• **ASSIGNMENT**:
Look for the string "through" in the listing. Copy each line that has it.

• **INFORMATION**:
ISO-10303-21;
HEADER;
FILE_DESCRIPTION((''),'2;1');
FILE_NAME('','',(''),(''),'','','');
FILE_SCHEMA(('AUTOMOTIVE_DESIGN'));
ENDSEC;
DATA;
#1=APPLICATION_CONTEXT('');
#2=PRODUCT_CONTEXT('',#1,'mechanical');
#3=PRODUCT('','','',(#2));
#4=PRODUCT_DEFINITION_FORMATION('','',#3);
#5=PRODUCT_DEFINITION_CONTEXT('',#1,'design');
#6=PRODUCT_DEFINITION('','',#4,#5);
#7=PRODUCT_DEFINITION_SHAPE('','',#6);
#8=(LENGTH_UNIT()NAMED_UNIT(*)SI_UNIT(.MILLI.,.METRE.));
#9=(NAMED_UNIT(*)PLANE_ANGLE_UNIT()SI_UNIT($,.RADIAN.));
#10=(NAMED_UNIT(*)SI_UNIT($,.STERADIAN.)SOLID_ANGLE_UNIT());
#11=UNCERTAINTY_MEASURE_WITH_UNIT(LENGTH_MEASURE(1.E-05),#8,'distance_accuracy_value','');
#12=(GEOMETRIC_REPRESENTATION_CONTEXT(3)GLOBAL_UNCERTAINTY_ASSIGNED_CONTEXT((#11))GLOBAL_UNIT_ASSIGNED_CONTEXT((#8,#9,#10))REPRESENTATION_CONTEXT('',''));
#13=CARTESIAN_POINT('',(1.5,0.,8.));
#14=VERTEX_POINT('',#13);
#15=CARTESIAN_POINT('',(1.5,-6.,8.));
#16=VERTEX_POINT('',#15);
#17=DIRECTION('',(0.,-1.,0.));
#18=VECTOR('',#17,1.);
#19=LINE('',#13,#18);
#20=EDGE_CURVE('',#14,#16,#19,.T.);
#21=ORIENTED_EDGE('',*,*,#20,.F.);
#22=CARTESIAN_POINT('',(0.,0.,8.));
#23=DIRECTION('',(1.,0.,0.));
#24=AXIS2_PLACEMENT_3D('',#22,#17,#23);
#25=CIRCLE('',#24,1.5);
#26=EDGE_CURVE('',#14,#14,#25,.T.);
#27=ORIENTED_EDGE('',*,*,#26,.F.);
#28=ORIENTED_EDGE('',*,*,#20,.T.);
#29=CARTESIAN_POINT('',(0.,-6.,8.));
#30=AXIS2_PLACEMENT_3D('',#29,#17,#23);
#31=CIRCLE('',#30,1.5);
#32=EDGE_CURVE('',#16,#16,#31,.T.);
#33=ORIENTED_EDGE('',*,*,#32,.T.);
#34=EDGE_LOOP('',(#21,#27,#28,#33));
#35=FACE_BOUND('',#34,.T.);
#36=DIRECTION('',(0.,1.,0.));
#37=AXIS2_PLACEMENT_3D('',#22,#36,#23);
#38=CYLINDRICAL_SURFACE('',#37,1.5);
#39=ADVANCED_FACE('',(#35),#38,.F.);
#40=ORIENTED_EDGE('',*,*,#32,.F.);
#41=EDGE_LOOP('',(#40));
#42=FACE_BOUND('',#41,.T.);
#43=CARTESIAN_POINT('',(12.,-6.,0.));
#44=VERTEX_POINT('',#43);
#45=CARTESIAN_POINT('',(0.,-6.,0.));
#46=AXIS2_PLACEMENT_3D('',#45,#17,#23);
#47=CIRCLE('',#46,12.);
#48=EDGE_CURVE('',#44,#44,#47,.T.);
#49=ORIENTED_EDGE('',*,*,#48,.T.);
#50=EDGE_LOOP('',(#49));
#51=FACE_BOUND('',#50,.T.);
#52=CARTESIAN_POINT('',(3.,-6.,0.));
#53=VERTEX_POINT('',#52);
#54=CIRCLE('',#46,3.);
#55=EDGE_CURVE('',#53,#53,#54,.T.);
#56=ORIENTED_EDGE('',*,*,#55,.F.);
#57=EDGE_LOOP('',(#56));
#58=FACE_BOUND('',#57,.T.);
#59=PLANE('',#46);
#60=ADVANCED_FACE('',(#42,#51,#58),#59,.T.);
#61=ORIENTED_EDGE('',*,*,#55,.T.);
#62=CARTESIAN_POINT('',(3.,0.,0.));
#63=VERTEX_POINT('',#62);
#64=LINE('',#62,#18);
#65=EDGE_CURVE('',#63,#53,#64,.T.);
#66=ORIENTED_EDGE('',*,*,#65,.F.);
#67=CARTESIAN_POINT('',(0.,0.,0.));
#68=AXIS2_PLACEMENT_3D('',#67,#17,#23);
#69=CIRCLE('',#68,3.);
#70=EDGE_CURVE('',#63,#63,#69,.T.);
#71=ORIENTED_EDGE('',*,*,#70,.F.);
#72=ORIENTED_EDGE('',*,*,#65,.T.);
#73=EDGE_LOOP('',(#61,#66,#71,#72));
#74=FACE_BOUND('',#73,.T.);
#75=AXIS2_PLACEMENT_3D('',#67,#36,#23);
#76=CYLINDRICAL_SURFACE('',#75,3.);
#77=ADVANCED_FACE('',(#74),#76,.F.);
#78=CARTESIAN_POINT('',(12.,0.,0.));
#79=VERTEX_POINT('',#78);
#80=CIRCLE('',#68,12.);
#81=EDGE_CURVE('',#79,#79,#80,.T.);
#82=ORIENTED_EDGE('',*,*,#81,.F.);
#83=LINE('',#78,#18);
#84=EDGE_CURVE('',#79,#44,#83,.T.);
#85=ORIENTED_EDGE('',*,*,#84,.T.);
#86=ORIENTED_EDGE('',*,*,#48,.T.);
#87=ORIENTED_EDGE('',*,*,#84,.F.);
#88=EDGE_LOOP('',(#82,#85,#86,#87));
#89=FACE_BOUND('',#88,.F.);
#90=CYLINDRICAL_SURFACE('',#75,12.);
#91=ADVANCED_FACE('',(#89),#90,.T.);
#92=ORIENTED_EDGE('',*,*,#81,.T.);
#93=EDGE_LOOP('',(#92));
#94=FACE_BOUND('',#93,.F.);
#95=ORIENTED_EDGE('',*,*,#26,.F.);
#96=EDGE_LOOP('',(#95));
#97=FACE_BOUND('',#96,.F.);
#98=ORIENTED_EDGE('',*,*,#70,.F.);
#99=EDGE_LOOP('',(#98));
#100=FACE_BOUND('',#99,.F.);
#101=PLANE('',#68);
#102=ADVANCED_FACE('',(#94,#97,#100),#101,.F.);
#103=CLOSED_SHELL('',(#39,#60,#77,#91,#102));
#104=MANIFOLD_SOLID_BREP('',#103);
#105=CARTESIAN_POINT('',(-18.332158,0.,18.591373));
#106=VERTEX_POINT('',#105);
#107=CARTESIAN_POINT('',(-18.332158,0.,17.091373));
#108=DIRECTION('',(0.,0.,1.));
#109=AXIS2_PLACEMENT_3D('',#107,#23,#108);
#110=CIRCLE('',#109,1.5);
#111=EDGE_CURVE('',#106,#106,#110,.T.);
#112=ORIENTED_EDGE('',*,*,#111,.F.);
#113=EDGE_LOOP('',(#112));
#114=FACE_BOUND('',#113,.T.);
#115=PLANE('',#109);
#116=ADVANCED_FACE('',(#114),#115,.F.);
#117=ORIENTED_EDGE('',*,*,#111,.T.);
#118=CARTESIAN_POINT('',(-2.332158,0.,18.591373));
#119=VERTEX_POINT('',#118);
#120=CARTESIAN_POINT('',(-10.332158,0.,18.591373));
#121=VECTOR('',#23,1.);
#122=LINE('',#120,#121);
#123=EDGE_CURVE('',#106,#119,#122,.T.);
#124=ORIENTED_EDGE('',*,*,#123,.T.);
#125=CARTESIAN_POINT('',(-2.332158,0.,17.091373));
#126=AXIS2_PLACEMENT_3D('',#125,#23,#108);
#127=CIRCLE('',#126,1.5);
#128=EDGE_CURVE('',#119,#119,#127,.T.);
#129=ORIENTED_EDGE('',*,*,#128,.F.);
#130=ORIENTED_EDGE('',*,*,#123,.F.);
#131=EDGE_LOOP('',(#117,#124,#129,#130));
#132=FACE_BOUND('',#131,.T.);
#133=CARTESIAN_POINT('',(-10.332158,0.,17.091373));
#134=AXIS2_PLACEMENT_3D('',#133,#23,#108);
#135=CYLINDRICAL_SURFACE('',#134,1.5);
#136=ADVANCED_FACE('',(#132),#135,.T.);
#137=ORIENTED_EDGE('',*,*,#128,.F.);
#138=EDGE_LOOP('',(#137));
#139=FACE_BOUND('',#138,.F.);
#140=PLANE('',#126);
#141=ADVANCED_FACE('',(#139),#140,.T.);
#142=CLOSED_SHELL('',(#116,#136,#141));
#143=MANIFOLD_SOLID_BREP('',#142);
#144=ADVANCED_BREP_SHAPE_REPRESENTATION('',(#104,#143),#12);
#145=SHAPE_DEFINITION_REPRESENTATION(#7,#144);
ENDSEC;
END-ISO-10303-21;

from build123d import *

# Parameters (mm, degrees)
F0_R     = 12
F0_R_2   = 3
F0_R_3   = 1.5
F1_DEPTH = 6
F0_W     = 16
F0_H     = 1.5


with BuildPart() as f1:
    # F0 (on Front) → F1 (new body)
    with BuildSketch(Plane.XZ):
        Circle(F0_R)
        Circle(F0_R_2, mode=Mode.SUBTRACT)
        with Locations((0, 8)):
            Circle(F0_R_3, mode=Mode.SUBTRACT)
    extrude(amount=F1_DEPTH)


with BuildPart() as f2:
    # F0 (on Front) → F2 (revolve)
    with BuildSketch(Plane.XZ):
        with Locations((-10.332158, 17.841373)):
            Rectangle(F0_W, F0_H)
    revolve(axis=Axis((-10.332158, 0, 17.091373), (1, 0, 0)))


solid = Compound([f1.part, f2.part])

---

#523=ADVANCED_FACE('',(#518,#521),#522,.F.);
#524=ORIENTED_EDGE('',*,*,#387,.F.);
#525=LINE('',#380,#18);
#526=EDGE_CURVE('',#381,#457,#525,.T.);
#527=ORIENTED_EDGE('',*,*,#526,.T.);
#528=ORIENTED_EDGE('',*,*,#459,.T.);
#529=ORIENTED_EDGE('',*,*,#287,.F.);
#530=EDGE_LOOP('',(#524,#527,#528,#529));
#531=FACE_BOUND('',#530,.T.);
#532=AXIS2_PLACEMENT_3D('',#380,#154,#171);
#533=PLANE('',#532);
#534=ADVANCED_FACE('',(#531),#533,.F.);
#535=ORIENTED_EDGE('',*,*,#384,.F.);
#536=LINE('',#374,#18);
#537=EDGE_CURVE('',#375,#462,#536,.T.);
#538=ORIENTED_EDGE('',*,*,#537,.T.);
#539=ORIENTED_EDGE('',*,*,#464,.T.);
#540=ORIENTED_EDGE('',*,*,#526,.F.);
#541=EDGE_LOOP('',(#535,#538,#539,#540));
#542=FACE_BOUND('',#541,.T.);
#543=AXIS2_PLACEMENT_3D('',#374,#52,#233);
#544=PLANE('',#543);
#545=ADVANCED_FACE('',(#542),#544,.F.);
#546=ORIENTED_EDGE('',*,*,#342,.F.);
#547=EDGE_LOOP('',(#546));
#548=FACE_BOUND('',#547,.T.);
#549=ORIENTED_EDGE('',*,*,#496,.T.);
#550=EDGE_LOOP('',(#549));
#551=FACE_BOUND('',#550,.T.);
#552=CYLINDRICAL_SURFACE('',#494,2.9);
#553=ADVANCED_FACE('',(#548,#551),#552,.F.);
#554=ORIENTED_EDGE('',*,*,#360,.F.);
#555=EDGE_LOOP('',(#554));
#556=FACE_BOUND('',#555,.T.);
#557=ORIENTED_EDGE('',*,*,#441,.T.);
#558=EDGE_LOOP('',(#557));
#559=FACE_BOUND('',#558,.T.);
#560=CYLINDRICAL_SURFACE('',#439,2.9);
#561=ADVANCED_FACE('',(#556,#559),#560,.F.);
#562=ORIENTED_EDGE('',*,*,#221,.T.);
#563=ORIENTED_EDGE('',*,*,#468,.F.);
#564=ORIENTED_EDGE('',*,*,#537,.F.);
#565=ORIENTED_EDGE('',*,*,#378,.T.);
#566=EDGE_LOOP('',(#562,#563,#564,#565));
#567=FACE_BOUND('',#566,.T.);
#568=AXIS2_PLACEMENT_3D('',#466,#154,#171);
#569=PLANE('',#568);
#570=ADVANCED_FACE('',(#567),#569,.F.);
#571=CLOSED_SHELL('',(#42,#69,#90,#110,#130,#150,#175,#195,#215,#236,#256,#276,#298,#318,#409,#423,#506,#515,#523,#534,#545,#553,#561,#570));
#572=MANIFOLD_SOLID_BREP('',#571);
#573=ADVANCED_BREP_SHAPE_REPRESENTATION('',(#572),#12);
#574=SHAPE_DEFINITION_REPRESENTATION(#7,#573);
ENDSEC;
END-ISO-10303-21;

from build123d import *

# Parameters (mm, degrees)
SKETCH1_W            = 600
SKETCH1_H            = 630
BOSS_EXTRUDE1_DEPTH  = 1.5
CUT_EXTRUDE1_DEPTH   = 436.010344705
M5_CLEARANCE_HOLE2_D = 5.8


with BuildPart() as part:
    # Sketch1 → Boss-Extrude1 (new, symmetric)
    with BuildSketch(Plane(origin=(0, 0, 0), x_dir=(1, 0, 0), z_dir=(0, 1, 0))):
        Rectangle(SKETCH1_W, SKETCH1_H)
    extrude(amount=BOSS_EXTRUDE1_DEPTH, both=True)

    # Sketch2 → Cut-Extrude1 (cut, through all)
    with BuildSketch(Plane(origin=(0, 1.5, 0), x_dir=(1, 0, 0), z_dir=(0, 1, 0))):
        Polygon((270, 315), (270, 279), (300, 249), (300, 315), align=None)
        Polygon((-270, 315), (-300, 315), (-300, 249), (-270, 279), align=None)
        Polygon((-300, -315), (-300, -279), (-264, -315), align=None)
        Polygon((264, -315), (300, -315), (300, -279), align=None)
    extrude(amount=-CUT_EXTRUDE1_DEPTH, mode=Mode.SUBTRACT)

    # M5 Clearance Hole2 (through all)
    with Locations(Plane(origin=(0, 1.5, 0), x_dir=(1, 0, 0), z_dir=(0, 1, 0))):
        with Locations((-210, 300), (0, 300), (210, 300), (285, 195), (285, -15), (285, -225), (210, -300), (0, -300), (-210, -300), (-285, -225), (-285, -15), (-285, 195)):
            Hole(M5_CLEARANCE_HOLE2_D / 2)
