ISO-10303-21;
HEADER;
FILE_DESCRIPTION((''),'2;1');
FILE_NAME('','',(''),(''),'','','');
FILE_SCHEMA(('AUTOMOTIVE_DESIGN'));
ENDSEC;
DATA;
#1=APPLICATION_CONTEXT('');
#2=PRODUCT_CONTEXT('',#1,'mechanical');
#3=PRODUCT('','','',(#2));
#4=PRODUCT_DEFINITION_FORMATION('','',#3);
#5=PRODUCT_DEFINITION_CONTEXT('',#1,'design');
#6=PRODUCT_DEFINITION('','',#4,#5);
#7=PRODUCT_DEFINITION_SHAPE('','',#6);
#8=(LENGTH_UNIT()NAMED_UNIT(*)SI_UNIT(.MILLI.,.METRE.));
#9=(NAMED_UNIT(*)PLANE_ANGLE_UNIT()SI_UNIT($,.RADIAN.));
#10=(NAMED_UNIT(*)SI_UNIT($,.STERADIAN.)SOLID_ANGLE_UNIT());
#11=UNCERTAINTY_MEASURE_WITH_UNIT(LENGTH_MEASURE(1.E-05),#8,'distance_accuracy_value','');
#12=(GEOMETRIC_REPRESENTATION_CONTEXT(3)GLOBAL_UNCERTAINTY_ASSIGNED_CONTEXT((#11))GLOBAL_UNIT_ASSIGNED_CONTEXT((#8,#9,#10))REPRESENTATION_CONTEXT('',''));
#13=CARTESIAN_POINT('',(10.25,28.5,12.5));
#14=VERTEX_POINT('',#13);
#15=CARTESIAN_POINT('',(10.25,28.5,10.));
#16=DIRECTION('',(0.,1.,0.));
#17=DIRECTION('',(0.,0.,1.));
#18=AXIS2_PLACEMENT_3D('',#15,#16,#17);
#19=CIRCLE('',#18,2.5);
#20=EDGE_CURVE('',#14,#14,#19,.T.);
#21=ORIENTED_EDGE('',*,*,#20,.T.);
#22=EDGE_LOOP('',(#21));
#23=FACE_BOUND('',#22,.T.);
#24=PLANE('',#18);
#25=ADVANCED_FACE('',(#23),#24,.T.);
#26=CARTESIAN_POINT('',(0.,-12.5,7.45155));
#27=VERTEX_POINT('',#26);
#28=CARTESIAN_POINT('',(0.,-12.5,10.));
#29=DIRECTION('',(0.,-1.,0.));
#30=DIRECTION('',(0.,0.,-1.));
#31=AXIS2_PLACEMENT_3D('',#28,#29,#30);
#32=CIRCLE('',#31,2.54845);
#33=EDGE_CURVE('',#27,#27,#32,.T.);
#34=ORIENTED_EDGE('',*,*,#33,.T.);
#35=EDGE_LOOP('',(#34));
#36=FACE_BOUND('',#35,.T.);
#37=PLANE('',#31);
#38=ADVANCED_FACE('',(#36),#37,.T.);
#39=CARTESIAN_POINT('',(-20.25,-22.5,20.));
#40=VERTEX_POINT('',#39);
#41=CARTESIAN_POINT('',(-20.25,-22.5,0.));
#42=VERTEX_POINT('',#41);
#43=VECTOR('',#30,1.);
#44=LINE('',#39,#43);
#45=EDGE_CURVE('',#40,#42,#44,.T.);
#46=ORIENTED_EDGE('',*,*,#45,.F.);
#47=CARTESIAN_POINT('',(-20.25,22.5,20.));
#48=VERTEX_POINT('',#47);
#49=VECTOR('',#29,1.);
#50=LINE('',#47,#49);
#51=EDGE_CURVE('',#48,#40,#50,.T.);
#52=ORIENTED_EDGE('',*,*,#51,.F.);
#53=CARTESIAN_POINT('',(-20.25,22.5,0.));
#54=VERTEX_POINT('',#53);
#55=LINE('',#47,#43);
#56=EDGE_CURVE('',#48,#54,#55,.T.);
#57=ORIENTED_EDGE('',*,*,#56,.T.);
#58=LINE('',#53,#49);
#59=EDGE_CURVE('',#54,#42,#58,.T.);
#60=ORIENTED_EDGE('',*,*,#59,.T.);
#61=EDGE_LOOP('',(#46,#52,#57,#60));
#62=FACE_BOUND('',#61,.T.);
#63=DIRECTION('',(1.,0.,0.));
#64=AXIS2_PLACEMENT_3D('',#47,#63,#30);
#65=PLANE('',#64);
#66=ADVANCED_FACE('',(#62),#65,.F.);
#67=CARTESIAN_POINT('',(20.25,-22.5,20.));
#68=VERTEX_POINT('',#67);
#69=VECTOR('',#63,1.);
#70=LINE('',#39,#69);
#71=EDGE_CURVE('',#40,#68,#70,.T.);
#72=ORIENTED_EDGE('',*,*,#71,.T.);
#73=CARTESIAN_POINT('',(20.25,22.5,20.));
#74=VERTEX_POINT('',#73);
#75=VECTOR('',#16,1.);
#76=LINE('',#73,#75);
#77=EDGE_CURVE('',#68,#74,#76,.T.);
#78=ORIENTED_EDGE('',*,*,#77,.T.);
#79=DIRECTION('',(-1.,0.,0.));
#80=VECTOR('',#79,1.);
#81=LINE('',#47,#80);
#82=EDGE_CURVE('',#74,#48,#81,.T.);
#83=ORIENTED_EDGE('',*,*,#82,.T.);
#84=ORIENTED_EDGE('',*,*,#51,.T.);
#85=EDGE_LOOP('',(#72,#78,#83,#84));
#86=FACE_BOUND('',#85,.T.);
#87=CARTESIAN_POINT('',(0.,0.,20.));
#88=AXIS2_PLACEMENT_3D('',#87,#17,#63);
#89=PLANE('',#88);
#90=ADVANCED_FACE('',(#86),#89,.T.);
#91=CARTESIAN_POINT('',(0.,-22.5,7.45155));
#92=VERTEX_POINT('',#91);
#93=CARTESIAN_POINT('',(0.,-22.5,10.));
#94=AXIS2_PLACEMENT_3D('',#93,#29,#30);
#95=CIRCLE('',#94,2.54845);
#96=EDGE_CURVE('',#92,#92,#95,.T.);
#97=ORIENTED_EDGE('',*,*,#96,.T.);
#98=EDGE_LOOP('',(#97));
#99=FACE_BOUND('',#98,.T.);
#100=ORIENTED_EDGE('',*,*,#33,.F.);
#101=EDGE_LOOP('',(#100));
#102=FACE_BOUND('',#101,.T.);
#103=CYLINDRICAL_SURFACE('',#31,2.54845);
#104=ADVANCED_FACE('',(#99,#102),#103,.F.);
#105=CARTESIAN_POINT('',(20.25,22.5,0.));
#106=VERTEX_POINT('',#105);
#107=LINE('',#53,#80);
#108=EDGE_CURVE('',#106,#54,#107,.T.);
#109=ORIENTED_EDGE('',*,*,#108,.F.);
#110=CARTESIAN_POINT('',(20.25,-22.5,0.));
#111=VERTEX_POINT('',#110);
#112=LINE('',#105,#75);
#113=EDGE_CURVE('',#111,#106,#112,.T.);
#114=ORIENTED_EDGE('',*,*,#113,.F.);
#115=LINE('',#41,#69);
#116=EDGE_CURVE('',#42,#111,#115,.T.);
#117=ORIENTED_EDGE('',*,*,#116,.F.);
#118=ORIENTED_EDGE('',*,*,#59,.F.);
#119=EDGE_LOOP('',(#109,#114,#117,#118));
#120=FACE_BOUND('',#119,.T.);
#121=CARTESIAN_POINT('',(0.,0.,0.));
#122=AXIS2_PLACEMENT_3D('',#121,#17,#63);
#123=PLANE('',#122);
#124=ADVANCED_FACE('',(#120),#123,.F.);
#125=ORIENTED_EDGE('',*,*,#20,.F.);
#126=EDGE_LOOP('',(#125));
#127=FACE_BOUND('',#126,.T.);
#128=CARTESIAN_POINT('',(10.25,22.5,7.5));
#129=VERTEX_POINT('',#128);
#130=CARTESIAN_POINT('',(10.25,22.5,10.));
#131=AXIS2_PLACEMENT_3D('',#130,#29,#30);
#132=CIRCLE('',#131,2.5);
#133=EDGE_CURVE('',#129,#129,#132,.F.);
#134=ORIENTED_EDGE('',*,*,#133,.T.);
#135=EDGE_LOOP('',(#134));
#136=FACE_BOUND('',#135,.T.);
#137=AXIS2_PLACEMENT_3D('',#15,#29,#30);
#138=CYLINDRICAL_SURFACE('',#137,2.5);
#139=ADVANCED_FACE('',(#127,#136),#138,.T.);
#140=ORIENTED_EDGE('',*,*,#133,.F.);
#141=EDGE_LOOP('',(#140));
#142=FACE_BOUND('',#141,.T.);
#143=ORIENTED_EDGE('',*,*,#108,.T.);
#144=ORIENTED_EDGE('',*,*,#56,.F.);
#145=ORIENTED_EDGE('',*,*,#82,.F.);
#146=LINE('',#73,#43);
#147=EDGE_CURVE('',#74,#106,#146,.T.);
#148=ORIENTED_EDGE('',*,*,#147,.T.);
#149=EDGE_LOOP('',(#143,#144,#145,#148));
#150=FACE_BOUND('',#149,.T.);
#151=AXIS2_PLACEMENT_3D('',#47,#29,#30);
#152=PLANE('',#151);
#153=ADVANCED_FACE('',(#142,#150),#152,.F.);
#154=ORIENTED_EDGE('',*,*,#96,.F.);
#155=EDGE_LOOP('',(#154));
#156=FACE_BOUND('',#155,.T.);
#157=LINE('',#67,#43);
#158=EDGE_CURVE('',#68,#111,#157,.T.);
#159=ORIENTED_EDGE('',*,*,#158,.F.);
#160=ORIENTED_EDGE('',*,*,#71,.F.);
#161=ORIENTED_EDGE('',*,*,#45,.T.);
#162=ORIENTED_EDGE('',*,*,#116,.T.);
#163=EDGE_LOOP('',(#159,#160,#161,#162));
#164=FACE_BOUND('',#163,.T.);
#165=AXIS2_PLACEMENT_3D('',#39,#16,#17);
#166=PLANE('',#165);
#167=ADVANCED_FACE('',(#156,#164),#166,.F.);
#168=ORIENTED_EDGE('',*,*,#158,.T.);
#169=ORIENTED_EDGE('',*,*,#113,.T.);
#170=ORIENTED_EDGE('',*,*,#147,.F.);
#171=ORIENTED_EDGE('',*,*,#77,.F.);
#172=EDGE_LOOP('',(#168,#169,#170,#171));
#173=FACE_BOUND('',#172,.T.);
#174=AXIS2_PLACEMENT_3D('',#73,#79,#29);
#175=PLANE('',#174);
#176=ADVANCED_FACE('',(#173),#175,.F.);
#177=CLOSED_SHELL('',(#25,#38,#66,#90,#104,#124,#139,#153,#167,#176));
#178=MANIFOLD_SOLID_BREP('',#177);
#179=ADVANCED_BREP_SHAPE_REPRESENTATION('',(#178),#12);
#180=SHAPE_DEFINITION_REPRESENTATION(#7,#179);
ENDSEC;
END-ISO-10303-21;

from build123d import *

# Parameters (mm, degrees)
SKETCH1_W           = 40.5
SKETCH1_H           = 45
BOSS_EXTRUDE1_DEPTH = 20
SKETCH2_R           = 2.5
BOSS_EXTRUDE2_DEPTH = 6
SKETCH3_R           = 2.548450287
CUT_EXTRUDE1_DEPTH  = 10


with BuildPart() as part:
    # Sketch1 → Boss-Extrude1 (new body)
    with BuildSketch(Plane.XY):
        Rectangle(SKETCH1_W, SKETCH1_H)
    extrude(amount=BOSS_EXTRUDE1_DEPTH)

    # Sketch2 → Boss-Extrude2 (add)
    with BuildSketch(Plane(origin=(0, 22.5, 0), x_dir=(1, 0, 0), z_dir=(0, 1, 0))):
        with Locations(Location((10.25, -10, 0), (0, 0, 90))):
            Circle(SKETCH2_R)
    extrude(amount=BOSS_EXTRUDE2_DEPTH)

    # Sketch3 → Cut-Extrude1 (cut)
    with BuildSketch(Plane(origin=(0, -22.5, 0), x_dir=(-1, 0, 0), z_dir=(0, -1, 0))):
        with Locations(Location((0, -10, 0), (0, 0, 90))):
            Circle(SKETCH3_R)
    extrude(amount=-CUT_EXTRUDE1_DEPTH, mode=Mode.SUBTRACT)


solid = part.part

• **ANSWER TO THIS TASK**:
    # Sketch2 → Cut-Extrude1 (cut, through all)
    # M5 Clearance Hole2 (through all)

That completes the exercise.